When the Falkor pulled into Honolulu harbor on July 19, Bowen’s work had just begun. The echosounder data still needed to be exported and compressed so that the massive files could be brought back to his studio and fabrication could begin. Bowen likes to work with crunchy data so he doesn’t spend too much time cleaning it up. This means that each installation will inevitably include a few unforeseen yet productive glitches. There are now many different mapping mapping platforms available, much of them for free, so it’s easy to forgive the assumption that the world has been completely charted; a quick search will find apps for how to beat traffic on our way home, researching new restaurants, buying a new house or charting voting demographics in the neighborhood.

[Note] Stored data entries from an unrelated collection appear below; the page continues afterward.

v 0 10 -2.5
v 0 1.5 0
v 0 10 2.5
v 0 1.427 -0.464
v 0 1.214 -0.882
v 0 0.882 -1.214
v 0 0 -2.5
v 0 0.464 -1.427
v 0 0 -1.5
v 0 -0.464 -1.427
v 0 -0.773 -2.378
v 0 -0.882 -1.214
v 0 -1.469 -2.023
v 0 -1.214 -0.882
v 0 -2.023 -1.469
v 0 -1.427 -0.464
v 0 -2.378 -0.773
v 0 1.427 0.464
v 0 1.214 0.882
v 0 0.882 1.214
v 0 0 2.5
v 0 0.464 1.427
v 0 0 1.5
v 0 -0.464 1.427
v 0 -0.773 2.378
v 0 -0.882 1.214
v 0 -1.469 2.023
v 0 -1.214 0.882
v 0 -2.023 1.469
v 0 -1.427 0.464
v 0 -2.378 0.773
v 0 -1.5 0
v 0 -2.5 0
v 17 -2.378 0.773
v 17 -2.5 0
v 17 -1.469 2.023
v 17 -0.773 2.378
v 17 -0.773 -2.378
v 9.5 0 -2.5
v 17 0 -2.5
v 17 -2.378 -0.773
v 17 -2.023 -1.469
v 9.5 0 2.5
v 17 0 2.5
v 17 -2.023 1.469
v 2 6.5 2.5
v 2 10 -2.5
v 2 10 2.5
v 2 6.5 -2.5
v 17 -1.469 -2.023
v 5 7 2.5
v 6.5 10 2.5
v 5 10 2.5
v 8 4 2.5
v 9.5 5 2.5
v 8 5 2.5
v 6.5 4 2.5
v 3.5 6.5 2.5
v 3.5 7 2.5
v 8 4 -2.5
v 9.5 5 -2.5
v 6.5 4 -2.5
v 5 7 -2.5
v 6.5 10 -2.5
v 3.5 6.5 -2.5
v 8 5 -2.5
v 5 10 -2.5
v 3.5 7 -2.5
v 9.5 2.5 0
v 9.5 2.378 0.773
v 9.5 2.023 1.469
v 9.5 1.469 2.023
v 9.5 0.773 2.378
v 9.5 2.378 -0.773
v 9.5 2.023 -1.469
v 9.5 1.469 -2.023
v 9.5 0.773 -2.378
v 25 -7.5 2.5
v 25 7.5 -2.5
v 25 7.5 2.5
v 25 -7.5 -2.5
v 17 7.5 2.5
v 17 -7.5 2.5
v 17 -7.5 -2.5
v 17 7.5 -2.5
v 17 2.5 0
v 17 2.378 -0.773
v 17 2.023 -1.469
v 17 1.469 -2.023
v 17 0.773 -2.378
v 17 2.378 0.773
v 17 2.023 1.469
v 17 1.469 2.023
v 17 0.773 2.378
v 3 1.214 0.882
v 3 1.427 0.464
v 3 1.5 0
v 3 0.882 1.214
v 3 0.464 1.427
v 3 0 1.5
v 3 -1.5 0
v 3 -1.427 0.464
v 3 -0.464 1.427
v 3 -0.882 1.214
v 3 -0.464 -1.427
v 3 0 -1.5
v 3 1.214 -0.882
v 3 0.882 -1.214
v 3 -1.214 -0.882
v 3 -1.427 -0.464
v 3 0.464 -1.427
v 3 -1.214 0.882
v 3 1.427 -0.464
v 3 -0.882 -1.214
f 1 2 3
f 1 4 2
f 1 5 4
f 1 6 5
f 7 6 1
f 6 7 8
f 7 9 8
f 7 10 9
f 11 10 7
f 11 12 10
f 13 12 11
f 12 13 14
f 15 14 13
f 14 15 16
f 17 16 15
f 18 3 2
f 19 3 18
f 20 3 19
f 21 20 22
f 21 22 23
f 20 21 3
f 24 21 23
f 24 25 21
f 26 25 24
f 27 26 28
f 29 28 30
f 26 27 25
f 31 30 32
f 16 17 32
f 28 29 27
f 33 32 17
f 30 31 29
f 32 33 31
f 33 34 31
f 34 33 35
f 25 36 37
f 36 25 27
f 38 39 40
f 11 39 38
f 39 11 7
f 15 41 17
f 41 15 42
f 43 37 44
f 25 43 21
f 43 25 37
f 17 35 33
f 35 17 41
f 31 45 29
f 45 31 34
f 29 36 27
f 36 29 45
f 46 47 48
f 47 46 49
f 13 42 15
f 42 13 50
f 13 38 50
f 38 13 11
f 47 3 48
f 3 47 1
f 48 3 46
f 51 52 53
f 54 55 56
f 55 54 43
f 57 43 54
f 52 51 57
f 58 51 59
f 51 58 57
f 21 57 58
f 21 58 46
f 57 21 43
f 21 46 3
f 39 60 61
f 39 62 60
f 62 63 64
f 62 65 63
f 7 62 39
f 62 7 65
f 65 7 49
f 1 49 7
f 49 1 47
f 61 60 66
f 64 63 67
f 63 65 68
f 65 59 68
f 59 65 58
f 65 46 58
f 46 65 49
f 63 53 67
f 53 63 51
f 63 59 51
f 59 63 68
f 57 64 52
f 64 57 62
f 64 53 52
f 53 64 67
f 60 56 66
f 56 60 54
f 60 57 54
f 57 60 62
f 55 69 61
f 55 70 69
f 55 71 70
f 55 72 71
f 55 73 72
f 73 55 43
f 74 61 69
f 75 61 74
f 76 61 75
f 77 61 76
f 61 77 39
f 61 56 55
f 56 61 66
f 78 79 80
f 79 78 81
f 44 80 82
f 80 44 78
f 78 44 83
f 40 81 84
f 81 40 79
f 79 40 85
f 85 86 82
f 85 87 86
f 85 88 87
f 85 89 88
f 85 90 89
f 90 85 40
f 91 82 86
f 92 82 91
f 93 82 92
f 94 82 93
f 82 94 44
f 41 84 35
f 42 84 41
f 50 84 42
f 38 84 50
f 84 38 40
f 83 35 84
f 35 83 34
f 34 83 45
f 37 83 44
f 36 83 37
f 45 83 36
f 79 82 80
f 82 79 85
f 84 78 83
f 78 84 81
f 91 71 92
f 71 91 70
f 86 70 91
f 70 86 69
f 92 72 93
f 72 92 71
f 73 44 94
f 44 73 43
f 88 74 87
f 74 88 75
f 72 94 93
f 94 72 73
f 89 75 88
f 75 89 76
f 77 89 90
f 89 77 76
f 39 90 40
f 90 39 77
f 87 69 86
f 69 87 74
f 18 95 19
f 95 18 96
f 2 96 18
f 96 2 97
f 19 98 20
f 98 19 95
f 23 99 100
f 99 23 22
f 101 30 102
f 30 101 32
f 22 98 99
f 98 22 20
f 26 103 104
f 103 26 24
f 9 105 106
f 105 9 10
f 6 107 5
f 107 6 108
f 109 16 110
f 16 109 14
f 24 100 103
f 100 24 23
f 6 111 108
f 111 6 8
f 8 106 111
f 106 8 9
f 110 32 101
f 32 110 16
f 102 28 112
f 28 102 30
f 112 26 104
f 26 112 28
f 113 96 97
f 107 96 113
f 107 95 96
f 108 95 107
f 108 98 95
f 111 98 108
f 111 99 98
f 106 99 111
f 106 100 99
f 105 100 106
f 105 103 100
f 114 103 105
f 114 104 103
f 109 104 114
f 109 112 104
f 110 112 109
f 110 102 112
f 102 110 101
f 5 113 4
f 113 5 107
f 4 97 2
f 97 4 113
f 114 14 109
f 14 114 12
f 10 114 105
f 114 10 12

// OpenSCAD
/* By JuJa */

/* define the key profile according to the plan */
/* width of the profile, lenght of the profile */ 
key_profile = [ [2   ,10  ],
                [1.5 ,6.5 ],
                [1.5 ,7   ],
                [1.5 ,10  ],
                [1.5 ,4   ],
                [1.5 ,5   ]];

/* make recusive function to calcualte the offset */ 
function offset(key_profile, i ) =  i > 0 ?  key_profile[i-1][0] + offset(key_profile, i-1 )  : 0; 

module profile( l , h ){
    diameter=5;
    rotate ([90,0,90]){
       cylinder(d=diameter , h=h, center=true,$fn=20);
       translate([l/2,0,0]) cube([l,diameter,h],center=true);
    }
}


/* generate the profile */
module full_profile(){
    for ( i = [0 : len(key_profile)-1] ){    
      echo ( offset(key_profile,i)  );
      translate([  offset(key_profile, i ) + key_profile[i][0]/2, 0 , 0]) 
      profile( key_profile[i][1] , key_profile[i][0] );
    }
}

//define the size of the element
cube_x= 8;
cube_y=15;
cube_z= 5;

cylinder_d=5;
cylinder_h=17;

hole_d=3;
hole_h=3;


difference(){
   union(){
        translate([cylinder_h +cube_x/2,0,0])
        cube([cube_x,cube_y,cube_z],center=true);
        
        translate([cylinder_h/2,0,0])
        rotate ([90,0,90])cylinder( d=cylinder_d , h=cylinder_h, center=true,$fn=20);

        full_profile();
       
   }  
   
    translate([hole_h/2,0,0])
    rotate ([90,0,90])
    cylinder(d=hole_d , h=hole_h, center=true,$fn=20);
}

Each of them combines different archives of information to spatialize and present data. But we know that all maps are constructions not reproductions. And since every map has an author, it will be interesting to watch how artists and scientists continue to place themselves as positioned viewers to push the limits of cartographic tools, translate what can and cannot be charted, visualizing what can and cannot be seen, inspiring belief and casting doubt.
David Bowen: on water. Joseph Nease Gallery. September 19 - November 21, 2020.